Growth of Sb monolayer and bilayer on SnS and SnSe

α-Sb monolayer and bilayer films were grown on the cleaved surface of SnS and SnSe crystals in an MBE-ARPES-STM ultrahigh vacuum (UHV) system. The base pressure was <2 × 10⁻¹⁰ mbar. High-purity Sb was evaporated from a standard Kundsen cell with the flux of 0.3 Å/min. The temperature of the substrate was kept around 105 ~ 130 °C during the growth. The substrate temperature is critical for growing smooth Sb films in the phosphorene structure.

Scanning tunneling microscopy measurement

An in-situ Aarhus-150 STM was used to characterize the surface topography and the lattice parameters of the α-Sb films. The bias voltage and the tunneling current were set to be 1.5 V and 0.01 nA for the surface topography measurement, 5 mV and 0.15 nA for the zoom-in atom-resolved STM measurement.

Angle-resolved photoemission spectroscopy measurement

After growth, the samples were in-situ transferred to the ARPES stage under UHV conditions. ARPES measurements were performed at 100 K using a SPECS PHOIBOS-150 hemisphere analyzer.

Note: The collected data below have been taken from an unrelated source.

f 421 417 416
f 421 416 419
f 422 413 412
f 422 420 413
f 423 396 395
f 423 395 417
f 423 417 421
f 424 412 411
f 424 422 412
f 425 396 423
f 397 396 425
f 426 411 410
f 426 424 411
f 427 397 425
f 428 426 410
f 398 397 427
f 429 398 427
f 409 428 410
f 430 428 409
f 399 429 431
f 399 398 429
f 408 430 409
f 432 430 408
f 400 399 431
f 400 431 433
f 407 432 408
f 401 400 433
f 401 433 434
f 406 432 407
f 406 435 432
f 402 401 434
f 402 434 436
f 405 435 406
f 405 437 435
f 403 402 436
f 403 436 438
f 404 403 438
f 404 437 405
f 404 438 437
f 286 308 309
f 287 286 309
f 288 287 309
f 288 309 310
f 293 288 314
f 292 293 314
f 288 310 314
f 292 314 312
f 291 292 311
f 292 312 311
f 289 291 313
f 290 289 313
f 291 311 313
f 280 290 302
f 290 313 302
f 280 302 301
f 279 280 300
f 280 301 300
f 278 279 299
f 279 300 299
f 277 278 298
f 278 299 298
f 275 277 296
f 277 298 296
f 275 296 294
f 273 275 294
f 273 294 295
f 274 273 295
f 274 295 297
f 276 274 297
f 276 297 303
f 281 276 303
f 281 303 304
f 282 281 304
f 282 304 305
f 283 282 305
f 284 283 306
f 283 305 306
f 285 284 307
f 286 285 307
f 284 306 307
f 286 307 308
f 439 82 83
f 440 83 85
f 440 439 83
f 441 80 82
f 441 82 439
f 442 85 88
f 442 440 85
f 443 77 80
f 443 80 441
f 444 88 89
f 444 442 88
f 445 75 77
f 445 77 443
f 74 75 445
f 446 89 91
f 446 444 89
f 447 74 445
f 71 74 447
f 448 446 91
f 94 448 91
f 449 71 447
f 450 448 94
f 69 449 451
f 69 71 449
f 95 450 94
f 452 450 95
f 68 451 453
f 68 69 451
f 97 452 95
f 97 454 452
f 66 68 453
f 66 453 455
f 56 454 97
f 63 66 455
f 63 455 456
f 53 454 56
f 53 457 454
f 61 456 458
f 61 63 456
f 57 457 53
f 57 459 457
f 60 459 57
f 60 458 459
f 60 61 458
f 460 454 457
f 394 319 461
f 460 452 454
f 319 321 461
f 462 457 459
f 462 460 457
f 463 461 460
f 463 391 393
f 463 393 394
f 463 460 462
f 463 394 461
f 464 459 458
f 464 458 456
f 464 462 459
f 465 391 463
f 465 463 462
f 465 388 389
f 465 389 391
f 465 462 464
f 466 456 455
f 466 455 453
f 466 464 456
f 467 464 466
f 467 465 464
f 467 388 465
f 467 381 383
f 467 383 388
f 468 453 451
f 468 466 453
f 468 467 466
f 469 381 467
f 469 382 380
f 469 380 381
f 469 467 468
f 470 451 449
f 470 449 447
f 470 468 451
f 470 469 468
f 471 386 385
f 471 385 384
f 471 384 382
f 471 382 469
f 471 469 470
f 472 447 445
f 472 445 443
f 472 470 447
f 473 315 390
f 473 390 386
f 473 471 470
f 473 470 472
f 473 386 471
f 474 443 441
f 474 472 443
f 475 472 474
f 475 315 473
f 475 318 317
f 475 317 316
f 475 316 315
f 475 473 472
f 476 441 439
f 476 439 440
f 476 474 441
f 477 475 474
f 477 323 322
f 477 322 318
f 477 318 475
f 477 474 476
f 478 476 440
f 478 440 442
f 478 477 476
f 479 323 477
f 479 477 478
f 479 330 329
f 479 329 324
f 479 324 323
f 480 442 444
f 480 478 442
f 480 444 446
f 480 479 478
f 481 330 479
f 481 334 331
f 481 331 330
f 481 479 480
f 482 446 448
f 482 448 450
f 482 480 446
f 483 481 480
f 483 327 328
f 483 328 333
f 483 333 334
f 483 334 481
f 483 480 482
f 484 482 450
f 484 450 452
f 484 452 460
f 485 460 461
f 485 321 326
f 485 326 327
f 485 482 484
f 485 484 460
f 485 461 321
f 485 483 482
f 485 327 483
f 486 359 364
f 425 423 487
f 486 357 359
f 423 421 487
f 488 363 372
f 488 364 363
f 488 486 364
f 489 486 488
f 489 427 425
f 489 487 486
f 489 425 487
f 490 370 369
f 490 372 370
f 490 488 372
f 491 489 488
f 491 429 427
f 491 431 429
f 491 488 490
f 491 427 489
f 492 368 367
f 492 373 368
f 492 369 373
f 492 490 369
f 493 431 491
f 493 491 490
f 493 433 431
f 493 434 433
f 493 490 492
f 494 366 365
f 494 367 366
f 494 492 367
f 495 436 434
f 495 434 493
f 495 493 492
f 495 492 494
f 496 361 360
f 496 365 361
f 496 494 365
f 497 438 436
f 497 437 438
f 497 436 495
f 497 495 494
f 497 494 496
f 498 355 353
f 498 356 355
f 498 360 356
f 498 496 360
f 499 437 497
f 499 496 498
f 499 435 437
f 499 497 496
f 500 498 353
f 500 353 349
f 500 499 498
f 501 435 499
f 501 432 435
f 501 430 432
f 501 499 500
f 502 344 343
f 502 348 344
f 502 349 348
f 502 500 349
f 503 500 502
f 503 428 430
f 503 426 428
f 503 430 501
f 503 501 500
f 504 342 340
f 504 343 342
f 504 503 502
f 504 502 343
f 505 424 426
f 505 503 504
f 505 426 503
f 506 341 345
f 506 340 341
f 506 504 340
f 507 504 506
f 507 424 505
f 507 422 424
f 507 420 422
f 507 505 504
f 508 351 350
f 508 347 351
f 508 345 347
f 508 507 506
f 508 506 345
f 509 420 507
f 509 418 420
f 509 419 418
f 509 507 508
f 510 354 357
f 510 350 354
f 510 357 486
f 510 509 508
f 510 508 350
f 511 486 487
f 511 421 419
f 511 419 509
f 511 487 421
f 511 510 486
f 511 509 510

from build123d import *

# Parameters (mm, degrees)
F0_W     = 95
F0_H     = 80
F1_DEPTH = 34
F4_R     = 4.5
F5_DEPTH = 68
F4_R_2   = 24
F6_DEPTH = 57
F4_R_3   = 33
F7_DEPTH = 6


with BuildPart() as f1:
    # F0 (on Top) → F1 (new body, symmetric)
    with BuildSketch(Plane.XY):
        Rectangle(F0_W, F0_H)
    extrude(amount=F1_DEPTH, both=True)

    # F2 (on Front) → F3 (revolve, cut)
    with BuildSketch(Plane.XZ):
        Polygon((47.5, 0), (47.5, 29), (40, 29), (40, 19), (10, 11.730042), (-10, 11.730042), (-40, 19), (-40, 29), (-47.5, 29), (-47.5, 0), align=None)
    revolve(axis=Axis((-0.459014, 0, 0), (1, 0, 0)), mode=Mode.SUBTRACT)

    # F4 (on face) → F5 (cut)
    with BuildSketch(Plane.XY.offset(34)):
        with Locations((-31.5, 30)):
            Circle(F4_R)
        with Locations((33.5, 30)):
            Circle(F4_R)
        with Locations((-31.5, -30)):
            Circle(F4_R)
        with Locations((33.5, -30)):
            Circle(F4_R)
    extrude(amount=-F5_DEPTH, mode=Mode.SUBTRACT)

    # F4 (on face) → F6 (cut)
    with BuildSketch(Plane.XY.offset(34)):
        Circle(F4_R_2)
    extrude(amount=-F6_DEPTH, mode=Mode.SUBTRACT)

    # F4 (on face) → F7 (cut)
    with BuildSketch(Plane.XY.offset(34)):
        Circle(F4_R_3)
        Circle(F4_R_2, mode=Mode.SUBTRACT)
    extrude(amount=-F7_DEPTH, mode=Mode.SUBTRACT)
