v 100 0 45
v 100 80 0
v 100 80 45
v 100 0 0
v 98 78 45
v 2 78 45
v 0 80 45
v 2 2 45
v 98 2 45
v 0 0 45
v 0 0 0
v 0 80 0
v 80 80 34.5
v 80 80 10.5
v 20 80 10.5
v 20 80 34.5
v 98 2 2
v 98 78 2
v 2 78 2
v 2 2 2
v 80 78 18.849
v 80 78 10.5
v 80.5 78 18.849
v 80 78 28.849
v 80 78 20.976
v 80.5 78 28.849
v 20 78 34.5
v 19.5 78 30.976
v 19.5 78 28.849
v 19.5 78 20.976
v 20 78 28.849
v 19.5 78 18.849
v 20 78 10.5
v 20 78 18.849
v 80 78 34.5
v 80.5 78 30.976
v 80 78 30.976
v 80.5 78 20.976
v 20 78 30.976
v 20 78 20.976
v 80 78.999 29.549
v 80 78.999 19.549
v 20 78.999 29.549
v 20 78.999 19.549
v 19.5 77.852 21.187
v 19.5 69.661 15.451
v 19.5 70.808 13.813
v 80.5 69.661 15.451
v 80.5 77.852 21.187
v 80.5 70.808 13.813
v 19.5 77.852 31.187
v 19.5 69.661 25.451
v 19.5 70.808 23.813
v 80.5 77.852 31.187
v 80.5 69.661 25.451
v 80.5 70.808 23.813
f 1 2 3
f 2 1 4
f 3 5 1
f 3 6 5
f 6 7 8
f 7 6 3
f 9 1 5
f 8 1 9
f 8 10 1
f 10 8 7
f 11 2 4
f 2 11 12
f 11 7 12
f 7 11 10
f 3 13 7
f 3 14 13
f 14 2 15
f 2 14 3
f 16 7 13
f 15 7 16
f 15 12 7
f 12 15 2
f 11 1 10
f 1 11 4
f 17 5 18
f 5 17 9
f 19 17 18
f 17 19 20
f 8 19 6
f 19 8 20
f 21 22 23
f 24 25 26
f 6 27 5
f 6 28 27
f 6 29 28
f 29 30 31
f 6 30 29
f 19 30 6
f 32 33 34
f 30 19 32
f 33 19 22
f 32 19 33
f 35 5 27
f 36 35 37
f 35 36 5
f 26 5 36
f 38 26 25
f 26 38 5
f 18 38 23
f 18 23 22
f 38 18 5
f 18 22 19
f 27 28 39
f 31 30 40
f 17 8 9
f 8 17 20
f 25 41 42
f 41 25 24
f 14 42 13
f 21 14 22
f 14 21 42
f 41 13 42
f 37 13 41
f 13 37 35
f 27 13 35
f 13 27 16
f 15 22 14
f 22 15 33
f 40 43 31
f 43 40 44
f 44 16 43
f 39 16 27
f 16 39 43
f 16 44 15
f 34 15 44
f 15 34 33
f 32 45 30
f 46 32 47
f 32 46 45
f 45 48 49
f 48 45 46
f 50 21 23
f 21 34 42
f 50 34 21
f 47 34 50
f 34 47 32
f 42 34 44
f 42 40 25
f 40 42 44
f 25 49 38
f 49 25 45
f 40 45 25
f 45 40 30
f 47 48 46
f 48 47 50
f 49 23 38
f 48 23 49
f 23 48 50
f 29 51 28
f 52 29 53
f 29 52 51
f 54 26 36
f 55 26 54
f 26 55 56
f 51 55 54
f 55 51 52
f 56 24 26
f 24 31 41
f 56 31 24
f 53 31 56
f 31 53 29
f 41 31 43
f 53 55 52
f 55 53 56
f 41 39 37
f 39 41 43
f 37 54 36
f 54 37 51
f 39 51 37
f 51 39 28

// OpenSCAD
$fn = 32;

// ----------------------------------------------------------------------
// Vent box: louvers enclosure
// ----------------------------------------------------------------------

// --- parameters (mm) ---
box_l = 100;              // box length, X
box_w = 80;               // box width, Y
box_h = 45;               // box height, Z
wall_t = 2;               // shell wall thickness
win_l = 60;               // vent window width, X
win_h = 24;               // vent window height, Z
slat_t = 2;               // louver slat thickness
slat_d = 10;              // louver slat depth
slat_a = 35;              // louver slat angle, degrees
slat_pitch = 10;          // louver pitch
slat_yc = 74.33;          // slat centreline Y

win_z0 = (box_h - win_h) / 2;  // window lower edge Z
n_slats = 2;  // louver count
slat_z0 = win_z0 + (win_h - (n_slats - 1) * slat_pitch) / 2;

difference() {
  union() {
    difference() {
      cube([box_l, box_w, box_h]);
  translate([wall_t, wall_t, wall_t])
    cube([box_l - 2 * wall_t, box_w - 2 * wall_t, box_h]);
  translate([(box_l - win_l) / 2, box_w - wall_t - 1, win_z0])
    cube([win_l, wall_t + 2, win_h]);
    }
    for (i = [0 : n_slats - 1])
      translate([box_l / 2, slat_yc, slat_z0 + i * slat_pitch])
        rotate([slat_a, 0, 0])
          cube([win_l + 1, slat_d, slat_t], center = true);
  }
}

A SPECS UVS-300 helium lamp(He 1α = 21.2 eV) was used as the light source. The energy resolution is around 25 meV at 100 K.

First-principles calculation

First-principles calculations with Density Function Theory (DFT) were performed by using the Vienna ab Initio Simulation Package (VASP) package³² The Perdew-Burke-Ernzerhof (PBE)³³ as the exchange-correlation functional was used, and the calculations were performed with plane-wave cut-off energy of 400 eV on the 11 × 11 × 1 Monkhorst Pack k-point mesh. The supercell includes monolayer or bilayer α-Sb, and a vacuum layer of thickness about 20 Å, in order to avoid interactions between the neighboring films. The atomic positions were optimized by the conjugate gradient method.